EXERCISE BRIEF: Restrict the output to the lines below starting at the one that contains "#25=VECTOR('',#24,1.);" and ending at the one that contains "#36=ORIENTED_EDGE('',*,*,#35,.F.);", and restate them word for word, both ends included.

• • • • •

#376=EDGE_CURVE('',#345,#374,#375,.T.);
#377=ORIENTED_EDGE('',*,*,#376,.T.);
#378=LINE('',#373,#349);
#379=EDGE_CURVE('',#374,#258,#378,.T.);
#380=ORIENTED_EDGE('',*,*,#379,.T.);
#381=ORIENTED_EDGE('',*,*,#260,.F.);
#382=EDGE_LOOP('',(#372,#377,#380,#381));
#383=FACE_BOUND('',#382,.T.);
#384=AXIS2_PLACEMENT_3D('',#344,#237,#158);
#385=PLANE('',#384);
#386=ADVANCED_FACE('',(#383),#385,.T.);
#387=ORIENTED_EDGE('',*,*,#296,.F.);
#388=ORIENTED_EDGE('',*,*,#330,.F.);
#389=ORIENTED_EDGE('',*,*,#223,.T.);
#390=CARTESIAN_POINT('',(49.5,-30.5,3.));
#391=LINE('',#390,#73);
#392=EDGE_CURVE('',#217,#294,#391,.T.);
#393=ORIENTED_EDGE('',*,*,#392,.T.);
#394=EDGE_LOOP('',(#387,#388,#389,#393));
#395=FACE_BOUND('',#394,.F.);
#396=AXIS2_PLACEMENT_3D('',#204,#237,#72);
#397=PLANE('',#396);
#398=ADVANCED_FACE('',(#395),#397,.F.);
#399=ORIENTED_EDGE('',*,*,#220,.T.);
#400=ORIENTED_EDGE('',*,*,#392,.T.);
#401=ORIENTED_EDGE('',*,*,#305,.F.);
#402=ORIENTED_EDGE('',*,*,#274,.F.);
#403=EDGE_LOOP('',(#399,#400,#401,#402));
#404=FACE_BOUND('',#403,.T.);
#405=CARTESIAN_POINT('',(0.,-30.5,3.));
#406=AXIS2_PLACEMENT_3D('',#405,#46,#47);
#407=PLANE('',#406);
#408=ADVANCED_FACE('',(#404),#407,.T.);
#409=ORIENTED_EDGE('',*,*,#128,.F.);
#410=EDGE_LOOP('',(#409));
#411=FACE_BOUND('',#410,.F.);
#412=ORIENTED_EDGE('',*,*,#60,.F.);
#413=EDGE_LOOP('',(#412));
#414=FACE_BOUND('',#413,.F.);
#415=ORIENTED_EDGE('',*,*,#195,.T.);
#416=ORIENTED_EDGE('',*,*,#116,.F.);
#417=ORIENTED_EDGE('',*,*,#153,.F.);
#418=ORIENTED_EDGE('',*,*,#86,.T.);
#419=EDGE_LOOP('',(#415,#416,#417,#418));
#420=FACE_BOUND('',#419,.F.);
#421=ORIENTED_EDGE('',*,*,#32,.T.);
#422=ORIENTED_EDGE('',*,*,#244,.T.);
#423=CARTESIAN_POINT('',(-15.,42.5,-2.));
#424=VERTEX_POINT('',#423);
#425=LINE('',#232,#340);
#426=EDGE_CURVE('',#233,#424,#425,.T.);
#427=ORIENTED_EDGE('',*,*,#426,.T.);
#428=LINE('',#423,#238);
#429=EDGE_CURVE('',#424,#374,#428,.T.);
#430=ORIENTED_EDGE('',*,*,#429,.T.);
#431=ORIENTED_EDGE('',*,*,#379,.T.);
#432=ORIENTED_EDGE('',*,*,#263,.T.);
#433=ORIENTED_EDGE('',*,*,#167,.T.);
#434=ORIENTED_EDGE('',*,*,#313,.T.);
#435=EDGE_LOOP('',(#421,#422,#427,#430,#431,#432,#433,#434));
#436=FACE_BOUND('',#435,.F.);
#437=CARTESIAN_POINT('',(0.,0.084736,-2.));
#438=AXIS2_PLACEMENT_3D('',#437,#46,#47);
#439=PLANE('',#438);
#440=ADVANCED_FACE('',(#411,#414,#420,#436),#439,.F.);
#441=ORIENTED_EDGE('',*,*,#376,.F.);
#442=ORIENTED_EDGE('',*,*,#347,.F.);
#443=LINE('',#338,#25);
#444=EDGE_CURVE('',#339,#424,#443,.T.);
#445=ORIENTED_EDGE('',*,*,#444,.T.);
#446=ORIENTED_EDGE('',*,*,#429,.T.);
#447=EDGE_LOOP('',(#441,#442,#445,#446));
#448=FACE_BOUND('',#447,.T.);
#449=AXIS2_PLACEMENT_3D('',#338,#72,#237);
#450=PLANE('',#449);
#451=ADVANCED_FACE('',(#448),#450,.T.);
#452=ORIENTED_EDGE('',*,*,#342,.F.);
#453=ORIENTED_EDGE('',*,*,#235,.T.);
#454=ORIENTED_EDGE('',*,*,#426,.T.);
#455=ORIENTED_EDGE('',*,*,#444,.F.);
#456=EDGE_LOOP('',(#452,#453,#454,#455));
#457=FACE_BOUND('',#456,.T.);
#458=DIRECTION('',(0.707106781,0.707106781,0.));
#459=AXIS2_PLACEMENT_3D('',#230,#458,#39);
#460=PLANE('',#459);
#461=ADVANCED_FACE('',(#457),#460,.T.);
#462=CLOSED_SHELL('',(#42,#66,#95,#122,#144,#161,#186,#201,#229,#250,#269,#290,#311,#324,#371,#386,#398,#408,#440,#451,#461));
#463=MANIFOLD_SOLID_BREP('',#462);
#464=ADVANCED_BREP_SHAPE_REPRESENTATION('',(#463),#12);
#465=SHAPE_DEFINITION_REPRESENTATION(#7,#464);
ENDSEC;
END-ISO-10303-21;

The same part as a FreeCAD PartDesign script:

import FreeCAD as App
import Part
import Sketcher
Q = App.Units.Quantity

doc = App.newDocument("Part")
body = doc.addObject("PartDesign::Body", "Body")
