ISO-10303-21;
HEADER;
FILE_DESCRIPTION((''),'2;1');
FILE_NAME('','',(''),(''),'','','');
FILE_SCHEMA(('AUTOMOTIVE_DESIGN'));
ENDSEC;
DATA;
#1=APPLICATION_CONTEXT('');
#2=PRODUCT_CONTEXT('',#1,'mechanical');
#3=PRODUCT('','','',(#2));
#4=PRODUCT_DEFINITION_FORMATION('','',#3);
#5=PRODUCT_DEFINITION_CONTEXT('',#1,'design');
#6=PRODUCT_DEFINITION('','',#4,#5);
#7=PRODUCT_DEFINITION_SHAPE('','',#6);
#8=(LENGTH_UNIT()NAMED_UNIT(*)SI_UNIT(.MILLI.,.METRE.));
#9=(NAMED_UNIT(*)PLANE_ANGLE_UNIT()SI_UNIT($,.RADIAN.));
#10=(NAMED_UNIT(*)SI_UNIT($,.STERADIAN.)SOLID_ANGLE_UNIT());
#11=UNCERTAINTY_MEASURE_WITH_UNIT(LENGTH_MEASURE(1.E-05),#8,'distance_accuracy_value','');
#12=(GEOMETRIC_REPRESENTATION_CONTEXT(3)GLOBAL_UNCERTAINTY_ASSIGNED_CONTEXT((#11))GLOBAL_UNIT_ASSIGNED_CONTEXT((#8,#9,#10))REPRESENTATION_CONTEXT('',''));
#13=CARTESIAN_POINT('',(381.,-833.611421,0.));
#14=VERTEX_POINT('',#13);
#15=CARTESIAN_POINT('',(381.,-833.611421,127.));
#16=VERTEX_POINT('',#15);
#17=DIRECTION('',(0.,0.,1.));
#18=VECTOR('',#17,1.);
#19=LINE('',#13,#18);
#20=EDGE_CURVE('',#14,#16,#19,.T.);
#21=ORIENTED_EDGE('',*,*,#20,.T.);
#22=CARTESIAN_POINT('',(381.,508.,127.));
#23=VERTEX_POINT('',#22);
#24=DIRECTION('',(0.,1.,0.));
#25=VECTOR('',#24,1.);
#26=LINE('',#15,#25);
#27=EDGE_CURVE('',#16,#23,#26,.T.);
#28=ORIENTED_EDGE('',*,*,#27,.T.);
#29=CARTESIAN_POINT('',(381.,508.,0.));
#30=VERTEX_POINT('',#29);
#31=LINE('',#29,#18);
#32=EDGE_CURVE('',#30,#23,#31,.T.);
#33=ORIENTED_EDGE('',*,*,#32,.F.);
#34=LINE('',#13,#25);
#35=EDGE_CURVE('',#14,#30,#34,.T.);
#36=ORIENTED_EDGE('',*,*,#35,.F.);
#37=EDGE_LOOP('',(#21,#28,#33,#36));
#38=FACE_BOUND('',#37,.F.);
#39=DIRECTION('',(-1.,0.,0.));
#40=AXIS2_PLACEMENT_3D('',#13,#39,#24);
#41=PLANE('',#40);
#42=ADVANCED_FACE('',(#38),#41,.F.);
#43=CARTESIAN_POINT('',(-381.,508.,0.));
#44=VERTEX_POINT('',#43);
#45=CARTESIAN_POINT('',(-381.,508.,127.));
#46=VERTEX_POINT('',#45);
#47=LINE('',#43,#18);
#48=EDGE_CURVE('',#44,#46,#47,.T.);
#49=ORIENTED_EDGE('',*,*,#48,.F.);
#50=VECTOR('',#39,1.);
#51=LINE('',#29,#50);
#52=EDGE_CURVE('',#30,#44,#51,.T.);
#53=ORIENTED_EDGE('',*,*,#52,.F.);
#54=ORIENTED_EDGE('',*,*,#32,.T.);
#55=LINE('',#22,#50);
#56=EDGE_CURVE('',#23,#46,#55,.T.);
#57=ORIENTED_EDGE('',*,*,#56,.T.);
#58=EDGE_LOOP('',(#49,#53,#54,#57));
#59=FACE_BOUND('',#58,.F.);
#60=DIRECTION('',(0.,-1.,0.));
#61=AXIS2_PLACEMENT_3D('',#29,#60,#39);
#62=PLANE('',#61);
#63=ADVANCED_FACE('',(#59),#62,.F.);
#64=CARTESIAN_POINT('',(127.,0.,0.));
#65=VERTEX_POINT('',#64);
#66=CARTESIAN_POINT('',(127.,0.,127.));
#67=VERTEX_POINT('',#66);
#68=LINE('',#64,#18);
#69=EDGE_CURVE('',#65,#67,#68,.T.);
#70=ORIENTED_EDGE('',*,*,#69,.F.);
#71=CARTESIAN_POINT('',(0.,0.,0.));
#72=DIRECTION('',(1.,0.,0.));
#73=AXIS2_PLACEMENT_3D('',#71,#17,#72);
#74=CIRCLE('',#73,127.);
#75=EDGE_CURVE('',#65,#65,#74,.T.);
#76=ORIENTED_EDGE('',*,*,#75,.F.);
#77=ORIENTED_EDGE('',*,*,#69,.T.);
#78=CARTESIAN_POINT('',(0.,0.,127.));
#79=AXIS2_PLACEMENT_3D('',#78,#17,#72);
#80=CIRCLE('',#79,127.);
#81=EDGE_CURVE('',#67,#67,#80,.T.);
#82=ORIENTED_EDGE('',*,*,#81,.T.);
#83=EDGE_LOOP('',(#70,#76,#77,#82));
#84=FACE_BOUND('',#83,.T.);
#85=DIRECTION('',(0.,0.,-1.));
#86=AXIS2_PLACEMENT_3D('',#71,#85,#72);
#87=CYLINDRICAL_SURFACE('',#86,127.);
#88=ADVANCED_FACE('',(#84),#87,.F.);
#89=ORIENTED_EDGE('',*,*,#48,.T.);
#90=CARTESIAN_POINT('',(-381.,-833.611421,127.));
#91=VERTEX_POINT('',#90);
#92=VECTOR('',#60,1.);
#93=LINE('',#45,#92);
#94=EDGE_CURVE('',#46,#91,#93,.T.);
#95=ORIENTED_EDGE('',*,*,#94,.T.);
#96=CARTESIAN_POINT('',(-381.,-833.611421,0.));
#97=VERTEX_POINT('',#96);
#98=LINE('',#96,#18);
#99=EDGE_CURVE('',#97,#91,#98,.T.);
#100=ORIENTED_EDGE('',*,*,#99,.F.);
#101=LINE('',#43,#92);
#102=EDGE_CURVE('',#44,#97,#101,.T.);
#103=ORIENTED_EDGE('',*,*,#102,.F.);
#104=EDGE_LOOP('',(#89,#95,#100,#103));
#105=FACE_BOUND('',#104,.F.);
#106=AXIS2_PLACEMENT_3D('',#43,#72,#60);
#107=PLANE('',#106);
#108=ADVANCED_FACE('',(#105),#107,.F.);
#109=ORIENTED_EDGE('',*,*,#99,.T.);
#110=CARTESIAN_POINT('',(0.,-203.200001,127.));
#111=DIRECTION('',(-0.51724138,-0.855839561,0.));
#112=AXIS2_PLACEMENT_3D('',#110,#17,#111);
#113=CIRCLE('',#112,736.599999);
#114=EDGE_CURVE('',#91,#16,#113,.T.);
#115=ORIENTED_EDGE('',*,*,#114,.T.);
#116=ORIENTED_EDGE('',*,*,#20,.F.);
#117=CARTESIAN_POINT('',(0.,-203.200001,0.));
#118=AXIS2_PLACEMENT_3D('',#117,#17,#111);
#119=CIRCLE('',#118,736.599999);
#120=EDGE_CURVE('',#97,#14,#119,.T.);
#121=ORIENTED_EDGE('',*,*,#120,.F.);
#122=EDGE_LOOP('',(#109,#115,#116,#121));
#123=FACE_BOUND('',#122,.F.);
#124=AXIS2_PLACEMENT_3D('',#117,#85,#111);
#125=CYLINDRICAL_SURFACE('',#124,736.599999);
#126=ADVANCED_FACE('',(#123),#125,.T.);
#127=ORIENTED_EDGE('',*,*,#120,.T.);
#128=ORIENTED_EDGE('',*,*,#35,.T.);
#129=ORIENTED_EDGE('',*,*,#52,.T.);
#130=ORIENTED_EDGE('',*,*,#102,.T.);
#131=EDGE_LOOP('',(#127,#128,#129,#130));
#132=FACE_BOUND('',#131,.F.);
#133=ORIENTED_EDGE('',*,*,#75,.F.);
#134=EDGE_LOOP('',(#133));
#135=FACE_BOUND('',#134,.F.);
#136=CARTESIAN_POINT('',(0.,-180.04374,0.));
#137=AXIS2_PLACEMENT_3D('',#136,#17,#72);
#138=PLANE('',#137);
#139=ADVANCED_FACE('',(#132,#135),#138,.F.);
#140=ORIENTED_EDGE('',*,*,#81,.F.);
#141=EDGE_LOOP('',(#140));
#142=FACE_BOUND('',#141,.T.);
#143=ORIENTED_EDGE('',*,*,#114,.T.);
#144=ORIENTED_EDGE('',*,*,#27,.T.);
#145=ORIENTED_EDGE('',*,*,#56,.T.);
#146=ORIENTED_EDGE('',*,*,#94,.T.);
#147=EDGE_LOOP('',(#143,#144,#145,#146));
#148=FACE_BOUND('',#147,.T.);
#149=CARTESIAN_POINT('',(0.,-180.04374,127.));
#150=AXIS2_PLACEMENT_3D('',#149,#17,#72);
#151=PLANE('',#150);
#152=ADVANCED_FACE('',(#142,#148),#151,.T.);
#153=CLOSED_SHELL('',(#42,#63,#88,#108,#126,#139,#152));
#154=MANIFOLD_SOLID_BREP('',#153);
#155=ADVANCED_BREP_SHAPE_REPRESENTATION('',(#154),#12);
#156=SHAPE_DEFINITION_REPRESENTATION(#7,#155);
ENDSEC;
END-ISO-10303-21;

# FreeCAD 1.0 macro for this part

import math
import FreeCAD as App
import Part
import Sketcher

V = App.Vector
Q = App.Units.Quantity

doc = App.newDocument("Part")
params = doc.addObject("Spreadsheet::Sheet", "Params")
for row, (alias, value) in enumerate([
    ("sketch1_diameter", "10 in"),
    ("sketch1_radius", "28.9999999 in"),
    ("sketch1_width", "30 in"),
    ("pad1_length", "5 in"),
], start=1):
    params.set(f"A{row}", alias)
    params.set(f"B{row}", "=" + value)
    params.setAlias(f"B{row}", alias)

body = doc.addObject("PartDesign::Body", "Body")

# Sketch on XY plane
sketch1 = body.newObject("Sketcher::SketchObject", "Sketch")
sketch1.AttachmentSupport = (doc.getObject("XY_Plane"), [""])
sketch1.MapMode = "FlatFace"
sketch1.addGeometry([
    Part.LineSegment(V(-381, 508, 0), V(-381, -834, 0)),  # 0
    Part.ArcOfCircle(Part.Circle(V(0, -203, 0), V(0, 0, 1), 737), math.radians(-121), math.radians(-59)),  # 1
    Part.LineSegment(V(381, -834, 0), V(381, 508, 0)),  # 2
    Part.LineSegment(V(381, 508, 0), V(-381, 508, 0)),  # 3
    Part.Circle(V(0, 0, 0), V(0, 0, 1), 127),  # 4
], False)
sketch1.addConstraint([
    Sketcher.Constraint("Coincident", 0, 2, 1, 1),
    Sketcher.Constraint("Coincident", 1, 2, 2, 1),
    Sketcher.Constraint("Coincident", 2, 2, 3, 1),
    Sketcher.Constraint("Coincident", 3, 2, 0, 1),
    Sketcher.Constraint("Vertical", 0),
    Sketcher.Constraint("Vertical", 2),
    Sketcher.Constraint("Horizontal", 3),
    Sketcher.Constraint("Coincident", 4, 3, -1, 1),
    Sketcher.Constraint("PointOnObject", 1, 3, -2),
    Sketcher.Constraint("Equal", 0, 2),
    Sketcher.Constraint("Diameter", 4, Q("10 in")),
    Sketcher.Constraint("Radius", 1, Q("28.9999999 in")),
    Sketcher.Constraint("DistanceX", 3, 2, 3, 1, Q("30 in")),
    Sketcher.Constraint("DistanceY", 1, 3, -1, 1, Q("8.0000001 in")),
    Sketcher.Constraint("DistanceY", -1, 1, 2, 2, Q("20 in")),
])
sketch1.setExpression("Constraints[10]", "Params.sketch1_diameter")
sketch1.setExpression("Constraints[11]", "Params.sketch1_radius")
sketch1.setExpression("Constraints[12]", "Params.sketch1_width")
pad1 = body.newObject("PartDesign::Pad", "Pad")
pad1.Profile = sketch1
pad1.setExpression("Length", "Params.pad1_length")

doc.recompute()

• • • • •

ANSWER SECTION:
#25=VECTOR('',#24,1.);
#26=LINE('',#15,#25);
#27=EDGE_CURVE('',#16,#23,#26,.T.);
#28=ORIENTED_EDGE('',*,*,#27,.T.);
#29=CARTESIAN_POINT('',(381.,508.,0.));
#30=VERTEX_POINT('',#29);
#31=LINE('',#29,#18);
#32=EDGE_CURVE('',#30,#23,#31,.T.);
#33=ORIENTED_EDGE('',*,*,#32,.F.);
#34=LINE('',#13,#25);
#35=EDGE_CURVE('',#14,#30,#34,.T.);
#36=ORIENTED_EDGE('',*,*,#35,.F.);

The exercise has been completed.